Basicamente, ali é o foco principal porque há muitos casos e a proporção
de câncer por HPV no colo do outro é de 99,9%, ou seja, praticamente não há
câncer no colo do útero se não houver HPV. Aí, entra a vacinação precoce. Se a
gente vacinar a população inteira abaixo dos 15 anos, esse câncer vai sumir. Só
que, enquanto isso não acontece, porque demoraria de 20 a 30 anos após a
vacinação nessa faixa etária para isso para acontecer, a gente continua fazendo
esses programas de rastreamento preventivos periódicos. Porque tem uma
transição longa.
Agência Brasil: É
importante destacar que precisa vacinar não só a menina como o menino também?
Teixeira: Todo mundo.
Porque você tem cânceres provocados pelo HPV em outros pontos do corpo e você
tem que bloquear a circulação do vírus na população. A gente deve vacinar todo
mundo abaixo dos 15 anos e isso está disponível no sistema público gratuitamente.
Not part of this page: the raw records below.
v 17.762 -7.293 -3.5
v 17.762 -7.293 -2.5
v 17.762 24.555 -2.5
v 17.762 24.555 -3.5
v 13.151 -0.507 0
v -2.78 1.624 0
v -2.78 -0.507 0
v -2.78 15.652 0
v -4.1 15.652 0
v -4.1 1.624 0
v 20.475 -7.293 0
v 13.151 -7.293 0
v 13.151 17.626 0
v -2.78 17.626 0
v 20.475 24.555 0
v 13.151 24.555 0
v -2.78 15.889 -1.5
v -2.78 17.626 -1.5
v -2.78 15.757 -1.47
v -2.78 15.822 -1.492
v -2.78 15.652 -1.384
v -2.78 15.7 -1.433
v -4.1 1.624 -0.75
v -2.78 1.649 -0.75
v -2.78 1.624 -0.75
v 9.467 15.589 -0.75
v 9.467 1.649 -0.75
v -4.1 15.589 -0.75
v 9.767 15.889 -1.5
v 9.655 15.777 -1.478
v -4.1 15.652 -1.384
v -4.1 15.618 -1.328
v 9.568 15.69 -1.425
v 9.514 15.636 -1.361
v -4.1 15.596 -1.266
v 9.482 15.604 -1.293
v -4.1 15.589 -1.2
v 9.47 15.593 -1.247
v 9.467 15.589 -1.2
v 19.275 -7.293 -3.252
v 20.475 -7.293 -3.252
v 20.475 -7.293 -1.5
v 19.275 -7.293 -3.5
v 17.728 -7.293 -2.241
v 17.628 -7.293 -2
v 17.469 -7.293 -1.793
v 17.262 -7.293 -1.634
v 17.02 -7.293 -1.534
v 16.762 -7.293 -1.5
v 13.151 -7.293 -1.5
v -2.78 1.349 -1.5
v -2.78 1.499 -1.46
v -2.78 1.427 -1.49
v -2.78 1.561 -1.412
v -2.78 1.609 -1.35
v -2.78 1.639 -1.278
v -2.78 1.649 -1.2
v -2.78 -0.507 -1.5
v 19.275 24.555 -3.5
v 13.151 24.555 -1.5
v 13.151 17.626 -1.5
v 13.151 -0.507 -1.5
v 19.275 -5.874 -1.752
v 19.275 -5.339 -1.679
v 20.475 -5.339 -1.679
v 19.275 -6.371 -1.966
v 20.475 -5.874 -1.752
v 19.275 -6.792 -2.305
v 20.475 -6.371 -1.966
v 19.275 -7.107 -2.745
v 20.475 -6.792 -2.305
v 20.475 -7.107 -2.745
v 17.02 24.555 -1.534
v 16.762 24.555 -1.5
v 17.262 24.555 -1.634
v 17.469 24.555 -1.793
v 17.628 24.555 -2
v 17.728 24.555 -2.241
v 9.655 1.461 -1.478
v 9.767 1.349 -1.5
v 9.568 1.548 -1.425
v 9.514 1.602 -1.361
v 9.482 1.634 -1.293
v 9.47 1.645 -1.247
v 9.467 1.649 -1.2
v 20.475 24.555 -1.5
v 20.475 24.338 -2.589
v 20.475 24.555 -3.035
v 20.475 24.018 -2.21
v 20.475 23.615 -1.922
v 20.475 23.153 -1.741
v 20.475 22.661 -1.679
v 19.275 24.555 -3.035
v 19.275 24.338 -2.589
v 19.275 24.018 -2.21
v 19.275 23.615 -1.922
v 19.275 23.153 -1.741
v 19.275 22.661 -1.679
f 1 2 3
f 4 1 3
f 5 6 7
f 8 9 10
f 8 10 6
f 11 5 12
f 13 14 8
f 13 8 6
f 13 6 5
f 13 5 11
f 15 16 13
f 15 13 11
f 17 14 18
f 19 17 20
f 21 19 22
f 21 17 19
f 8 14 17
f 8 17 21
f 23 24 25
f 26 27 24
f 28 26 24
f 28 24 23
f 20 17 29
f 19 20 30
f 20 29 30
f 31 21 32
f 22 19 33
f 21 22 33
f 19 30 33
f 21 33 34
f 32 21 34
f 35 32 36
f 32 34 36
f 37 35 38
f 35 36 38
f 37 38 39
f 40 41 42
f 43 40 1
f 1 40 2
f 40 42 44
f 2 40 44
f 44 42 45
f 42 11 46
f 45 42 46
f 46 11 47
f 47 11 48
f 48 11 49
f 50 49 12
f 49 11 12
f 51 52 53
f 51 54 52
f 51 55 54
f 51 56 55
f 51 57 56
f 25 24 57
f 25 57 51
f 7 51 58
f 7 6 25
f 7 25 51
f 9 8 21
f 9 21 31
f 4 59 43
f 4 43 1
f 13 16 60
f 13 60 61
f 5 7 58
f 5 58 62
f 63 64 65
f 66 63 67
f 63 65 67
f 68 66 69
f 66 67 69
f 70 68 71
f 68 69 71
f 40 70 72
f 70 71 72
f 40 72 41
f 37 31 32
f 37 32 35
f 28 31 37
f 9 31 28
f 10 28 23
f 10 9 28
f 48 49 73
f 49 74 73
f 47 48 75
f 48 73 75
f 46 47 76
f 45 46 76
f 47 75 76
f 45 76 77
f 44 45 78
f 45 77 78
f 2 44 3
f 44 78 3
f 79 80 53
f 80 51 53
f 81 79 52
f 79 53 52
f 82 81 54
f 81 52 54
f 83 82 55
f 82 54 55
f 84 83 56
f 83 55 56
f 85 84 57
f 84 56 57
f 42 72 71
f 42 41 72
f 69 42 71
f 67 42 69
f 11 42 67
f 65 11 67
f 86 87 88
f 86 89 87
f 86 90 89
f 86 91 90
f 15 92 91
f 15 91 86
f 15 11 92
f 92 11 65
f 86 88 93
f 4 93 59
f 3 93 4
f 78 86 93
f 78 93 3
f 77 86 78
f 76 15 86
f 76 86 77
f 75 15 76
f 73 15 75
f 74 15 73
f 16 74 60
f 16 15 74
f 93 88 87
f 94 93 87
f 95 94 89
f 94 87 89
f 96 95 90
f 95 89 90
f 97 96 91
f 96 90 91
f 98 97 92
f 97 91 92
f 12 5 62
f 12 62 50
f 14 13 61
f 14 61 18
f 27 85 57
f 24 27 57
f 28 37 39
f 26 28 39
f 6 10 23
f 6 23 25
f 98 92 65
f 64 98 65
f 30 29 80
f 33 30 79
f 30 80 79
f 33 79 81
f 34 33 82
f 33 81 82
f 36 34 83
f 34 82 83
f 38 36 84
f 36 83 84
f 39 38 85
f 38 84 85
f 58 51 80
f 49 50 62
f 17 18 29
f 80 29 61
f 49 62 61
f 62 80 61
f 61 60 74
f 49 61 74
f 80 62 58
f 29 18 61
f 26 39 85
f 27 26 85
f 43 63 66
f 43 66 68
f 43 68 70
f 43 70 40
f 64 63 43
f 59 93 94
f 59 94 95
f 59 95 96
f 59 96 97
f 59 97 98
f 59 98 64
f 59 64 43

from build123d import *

# Parameters (mm, degrees)
BOSS_EXTRUDE1_DEPTH = 1.5
SKETCH2_W           = 2.713539356
SKETCH2_H           = 31.847242959
BOSS_EXTRUDE2_DEPTH = 2
CUT_EXTRUDE1_DEPTH  = 0.75
FILLET1_R           = 1
FILLET2_R           = 0.3
CUT_EXTRUDE2_DEPTH  = 1.2


with BuildPart() as part:
    # Sketch1 → Boss-Extrude1 (new body)
    with BuildSketch(Plane.XY):
        Polygon((13.150722075, -0.506964629), (13.150722075, -7.292554302), (20.475117676, -7.292554302), (20.475117676, 24.554688657), (13.150722075, 24.554688657), (13.150722075, 17.625640453), (-2.779550764, 17.625640453), (-2.779550764, 15.652441277), (-4.09999988, 15.652441277), (-4.09999988, 1.623886225), (-2.779550764, 1.623886225), (-2.779550764, -0.506964629), align=None)
    extrude(amount=-BOSS_EXTRUDE1_DEPTH)

    # Sketch2 → Boss-Extrude2 (add)
    with BuildSketch(Plane(origin=(0, 0, -1.5), x_dir=(-1, 0, 0), z_dir=(0, 0, -1))):
        with Locations((-19.118347998, 8.631067178)):
            Rectangle(SKETCH2_W, SKETCH2_H)
    extrude(amount=BOSS_EXTRUDE2_DEPTH)

    # Sketch3 → Cut-Extrude1 (cut)
    with BuildSketch(Plane(origin=(0, 0, -1.5), x_dir=(-1, 0, 0), z_dir=(0, 0, -1))):
        Polygon((2.779550764, 15.589201664), (-9.466641169, 15.589201664), (-9.466641169, 1.649000414), (2.779550764, 1.649000414), (2.779550764, 1.623886225), (4.09999988, 1.623886225), (4.09999988, 15.589201664), align=None)
    extrude(amount=-CUT_EXTRUDE1_DEPTH, mode=Mode.SUBTRACT)

    # Fillet1
    fillet1_edges = [part.edges().sort_by_distance(p)[0] for p in [
        (17.76157832, 8.631067178, -1.5),
    ]]
    fillet(fillet1_edges, radius=FILLET1_R)

    # Fillet2
    fillet2_edges = [part.edges().sort_by_distance(p)[0] for p in [
        (3.343545202, 1.649000414, -1.5),
        (9.466641169, 8.619101039, -1.5),
        (2.683320645, 15.589201664, -1.5),
    ]]
    fillet(fillet2_edges, radius=FILLET2_R)

    # Sketch4 → Cut-Extrude2 (cut)
    with BuildSketch(Plane(origin=(20.475117676, 0, 0), x_dir=(0, 0, -1), z_dir=(1, 0, 0))):
        with BuildLine():
            Line((1.679428172, 22.66130131), (1.679429396, -5.33869869))
            ThreePointArc((1.679429396, -5.33869869), (2.265215896, -6.752912227), (3.679429484, -7.338698602))
            Line((3.679429484, -7.338698602), (3.679428085, 24.661301398))
            ThreePointArc((3.679428085, 24.661301398), (2.265214548, 24.075514898), (1.679428172, 22.66130131))
        make_face()
    extrude(amount=-CUT_EXTRUDE2_DEPTH, mode=Mode.SUBTRACT)


solid = part.part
Essa vacina, hoje, está com duas doses, com intervalo de seis meses para essa
faixa de idade, abaixo dos 15 anos. Agência Brasil: Essa vacina, à época do
lançamento no Brasil, gerou uma certa polêmica. Hoje, a gente ainda percebe
resistência por parte dos pais em imunizar as crianças. O que o senhor tem a
dizer em relação a isso? Teixeira: Quase todo mundo vai ter esse contato com o
vírus durante a vida. Então, a gente tem que se prevenir. Não tem como você
evitar. Mas veja bem:
Olha um paralelo importante:
a hepatite B causa câncer de fígado e a pessoa adquire o vírus por relação
sexual e por transfusão de sangue. Na vacinação contra a hepatite B, a criança,
quando nasce, já sai com a primeira dose aplicada na maternidade desde 2004 no
Brasil. Com isso, nós já não estamos mais tendo câncer de fígado relacionado à
hepatite B nos grupos abaixo de 20 anos no Brasil. Porque todo mundo está
vacinado. E ninguém fala nada que é um vírus que se pega por relação sexual.
Então, o que que falta é orientação, educação do povo e conscientização.